You have no doubt heard and read about the joint seminary project that is underway near Hankow. This undertaking is almost fully agreed upon here in China. The seminary project is projected now to begin in 1913. it includes the Norwegian Mission Association (Norway), Hauge Synod and the American Church. The purpose of the seminary is to train qualified Chinese to be ordained pastors among their own people. For us in China this is a serious and important undertaking. If the Chinese people are to be Christian it must be by the efforts of China's own sons and daughters. At the same time, the total of missionary endeavors can only be a drop in the ocean. Each of the participating missionaries now can wait for their Chinese partners' answer. This cause calls for much forbearance and patience. Our school in Sinyang is this year very well attended but, as you know, this school is only preparatory for evangelistic types of work.

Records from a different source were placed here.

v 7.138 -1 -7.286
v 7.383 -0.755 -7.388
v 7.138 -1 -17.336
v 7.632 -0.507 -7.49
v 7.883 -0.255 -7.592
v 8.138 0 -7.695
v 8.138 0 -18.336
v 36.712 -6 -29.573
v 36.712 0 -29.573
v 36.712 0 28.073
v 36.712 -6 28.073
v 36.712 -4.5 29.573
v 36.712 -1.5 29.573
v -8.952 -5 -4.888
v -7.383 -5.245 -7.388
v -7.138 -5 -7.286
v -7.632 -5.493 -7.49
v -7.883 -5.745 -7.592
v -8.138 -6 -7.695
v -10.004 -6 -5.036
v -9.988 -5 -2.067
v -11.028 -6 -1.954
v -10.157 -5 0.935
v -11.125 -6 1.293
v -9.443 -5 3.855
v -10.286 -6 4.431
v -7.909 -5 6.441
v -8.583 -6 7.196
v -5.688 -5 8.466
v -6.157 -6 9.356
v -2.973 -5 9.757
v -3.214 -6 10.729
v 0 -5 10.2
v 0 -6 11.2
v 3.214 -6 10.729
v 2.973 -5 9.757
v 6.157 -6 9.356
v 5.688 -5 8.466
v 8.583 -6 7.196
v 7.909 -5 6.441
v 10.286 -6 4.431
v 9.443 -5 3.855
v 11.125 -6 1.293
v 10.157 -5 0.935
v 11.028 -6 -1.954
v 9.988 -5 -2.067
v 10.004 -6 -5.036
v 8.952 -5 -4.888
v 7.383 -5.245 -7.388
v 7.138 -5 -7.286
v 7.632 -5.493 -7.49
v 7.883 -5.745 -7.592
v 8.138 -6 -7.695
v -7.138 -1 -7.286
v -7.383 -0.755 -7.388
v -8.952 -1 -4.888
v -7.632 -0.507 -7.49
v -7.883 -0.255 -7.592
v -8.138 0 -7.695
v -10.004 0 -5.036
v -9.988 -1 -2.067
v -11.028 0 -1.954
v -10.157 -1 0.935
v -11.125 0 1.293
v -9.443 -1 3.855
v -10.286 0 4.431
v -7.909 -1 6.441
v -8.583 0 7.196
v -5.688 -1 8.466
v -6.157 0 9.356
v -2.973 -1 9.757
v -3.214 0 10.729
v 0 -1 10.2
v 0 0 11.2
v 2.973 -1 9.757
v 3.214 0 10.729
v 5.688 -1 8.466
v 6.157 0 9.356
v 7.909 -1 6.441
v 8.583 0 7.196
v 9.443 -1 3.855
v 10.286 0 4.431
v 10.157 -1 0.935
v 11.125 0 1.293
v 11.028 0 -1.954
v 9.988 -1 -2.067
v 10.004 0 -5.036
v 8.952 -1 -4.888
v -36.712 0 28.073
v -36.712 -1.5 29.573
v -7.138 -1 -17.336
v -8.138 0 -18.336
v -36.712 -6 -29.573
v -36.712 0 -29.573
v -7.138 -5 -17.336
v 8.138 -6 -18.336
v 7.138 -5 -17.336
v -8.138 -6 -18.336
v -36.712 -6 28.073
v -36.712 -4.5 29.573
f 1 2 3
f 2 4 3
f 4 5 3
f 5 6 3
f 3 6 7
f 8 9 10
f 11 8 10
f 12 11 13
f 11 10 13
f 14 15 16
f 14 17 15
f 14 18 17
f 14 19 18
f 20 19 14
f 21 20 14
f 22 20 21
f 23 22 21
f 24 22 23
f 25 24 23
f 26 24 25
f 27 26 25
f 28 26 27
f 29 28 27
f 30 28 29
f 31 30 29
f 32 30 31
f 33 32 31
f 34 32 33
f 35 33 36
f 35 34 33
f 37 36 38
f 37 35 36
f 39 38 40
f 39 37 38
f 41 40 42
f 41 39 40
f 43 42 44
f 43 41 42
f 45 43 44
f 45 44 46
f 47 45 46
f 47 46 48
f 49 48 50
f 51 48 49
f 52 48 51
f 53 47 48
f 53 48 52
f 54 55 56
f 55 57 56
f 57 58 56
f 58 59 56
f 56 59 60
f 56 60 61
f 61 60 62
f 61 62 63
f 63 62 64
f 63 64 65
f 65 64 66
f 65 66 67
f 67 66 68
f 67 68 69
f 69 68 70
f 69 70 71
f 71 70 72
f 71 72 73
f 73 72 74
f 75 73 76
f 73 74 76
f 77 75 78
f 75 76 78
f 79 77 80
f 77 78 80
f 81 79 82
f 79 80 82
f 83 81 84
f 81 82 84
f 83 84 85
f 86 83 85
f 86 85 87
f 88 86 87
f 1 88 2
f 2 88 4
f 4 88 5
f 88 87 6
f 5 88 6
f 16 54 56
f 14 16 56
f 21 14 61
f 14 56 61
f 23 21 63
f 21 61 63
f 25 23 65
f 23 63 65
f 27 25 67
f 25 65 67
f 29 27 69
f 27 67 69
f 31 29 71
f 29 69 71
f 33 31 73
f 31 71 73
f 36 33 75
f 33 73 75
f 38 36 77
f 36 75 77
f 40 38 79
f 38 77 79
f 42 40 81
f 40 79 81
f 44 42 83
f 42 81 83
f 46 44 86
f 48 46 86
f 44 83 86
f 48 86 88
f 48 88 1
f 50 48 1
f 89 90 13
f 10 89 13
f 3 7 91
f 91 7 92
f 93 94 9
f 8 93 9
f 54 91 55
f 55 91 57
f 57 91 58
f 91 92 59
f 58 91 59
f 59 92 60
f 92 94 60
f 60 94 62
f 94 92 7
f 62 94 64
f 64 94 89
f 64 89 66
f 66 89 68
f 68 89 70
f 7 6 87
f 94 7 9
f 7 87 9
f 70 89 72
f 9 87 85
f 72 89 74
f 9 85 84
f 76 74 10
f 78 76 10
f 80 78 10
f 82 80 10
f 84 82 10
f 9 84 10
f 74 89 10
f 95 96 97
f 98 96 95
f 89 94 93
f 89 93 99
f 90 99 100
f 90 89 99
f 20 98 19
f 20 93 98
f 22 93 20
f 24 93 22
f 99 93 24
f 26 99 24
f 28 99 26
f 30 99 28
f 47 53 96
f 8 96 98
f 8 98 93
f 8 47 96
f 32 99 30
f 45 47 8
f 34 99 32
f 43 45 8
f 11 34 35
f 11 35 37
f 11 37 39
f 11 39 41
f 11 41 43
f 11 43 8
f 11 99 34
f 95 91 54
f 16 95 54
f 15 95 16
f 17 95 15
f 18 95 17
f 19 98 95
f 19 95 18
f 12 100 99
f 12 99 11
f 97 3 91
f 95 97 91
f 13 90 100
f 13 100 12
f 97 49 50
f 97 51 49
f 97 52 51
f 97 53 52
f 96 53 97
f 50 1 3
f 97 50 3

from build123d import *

# Parameters (mm, degrees)
F0_W     = 73.423766
F0_H     = 59.146922
F1_DEPTH = 6
F2_SIZE  = 1
F3_SIZE  = 1.5


with BuildPart() as f1:
    # F0 (on Front) → F1 (new body)
    with BuildSketch(Plane.XZ):
        Rectangle(F0_W, F0_H)
        with BuildLine():
            Line((7.138422, -7.285804), (7.138422, -17.335804))
            Line((7.138422, -17.335804), (-7.138422, -17.335804))
            Line((-7.138422, -17.335804), (-7.138422, -7.285804))
            ThreePointArc((-7.138422, -7.285804), (0, 10.2), (7.138422, -7.285804))
        make_face(mode=Mode.SUBTRACT)
    extrude(amount=F1_DEPTH)

    # F2
    f2_edges = [f1.edges().sort_by_distance(p)[0] for p in [
        (0, -6, 10.2),
        (-7.138422, -6, -12.310804),
        (0, -6, -17.335804),
        (7.138422, -6, -12.310804),
        (0, 0, -17.335804),
        (-7.138422, 0, -12.310804),
        (0, 0, 10.2),
        (7.138422, 0, -12.310804),
    ]]
    chamfer(f2_edges, length=F2_SIZE)

    # F3
    f3_edges = [f1.edges().sort_by_distance(p)[0] for p in [
        (0, -6, 29.573461),
        (0, 0, 29.573461),
    ]]
    chamfer(f3_edges, length=F3_SIZE)


solid = f1.part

Our evangelist training programs are only intended to prepare people for evangelistic assignments. ("Evangelists" in this context are trained Christian lay workers) It is good to hear them talk to their own countrymen. Many offer heartfelt testimony on salvation through Jesus Christ. I often think, if those at home could hear these messages and prayers, both for the churches in America and for the people here, they would rejoice to be together in the Lord's kingdom in the world.
This became a longer letter than 1 intended! Easter evening has already gone by so I close with brotherly g7reetings to you and your family.
H. M. Nesse
P.S. Greeting to you from Dr. Behrents (today Sister Kristine is visiting Sinyang).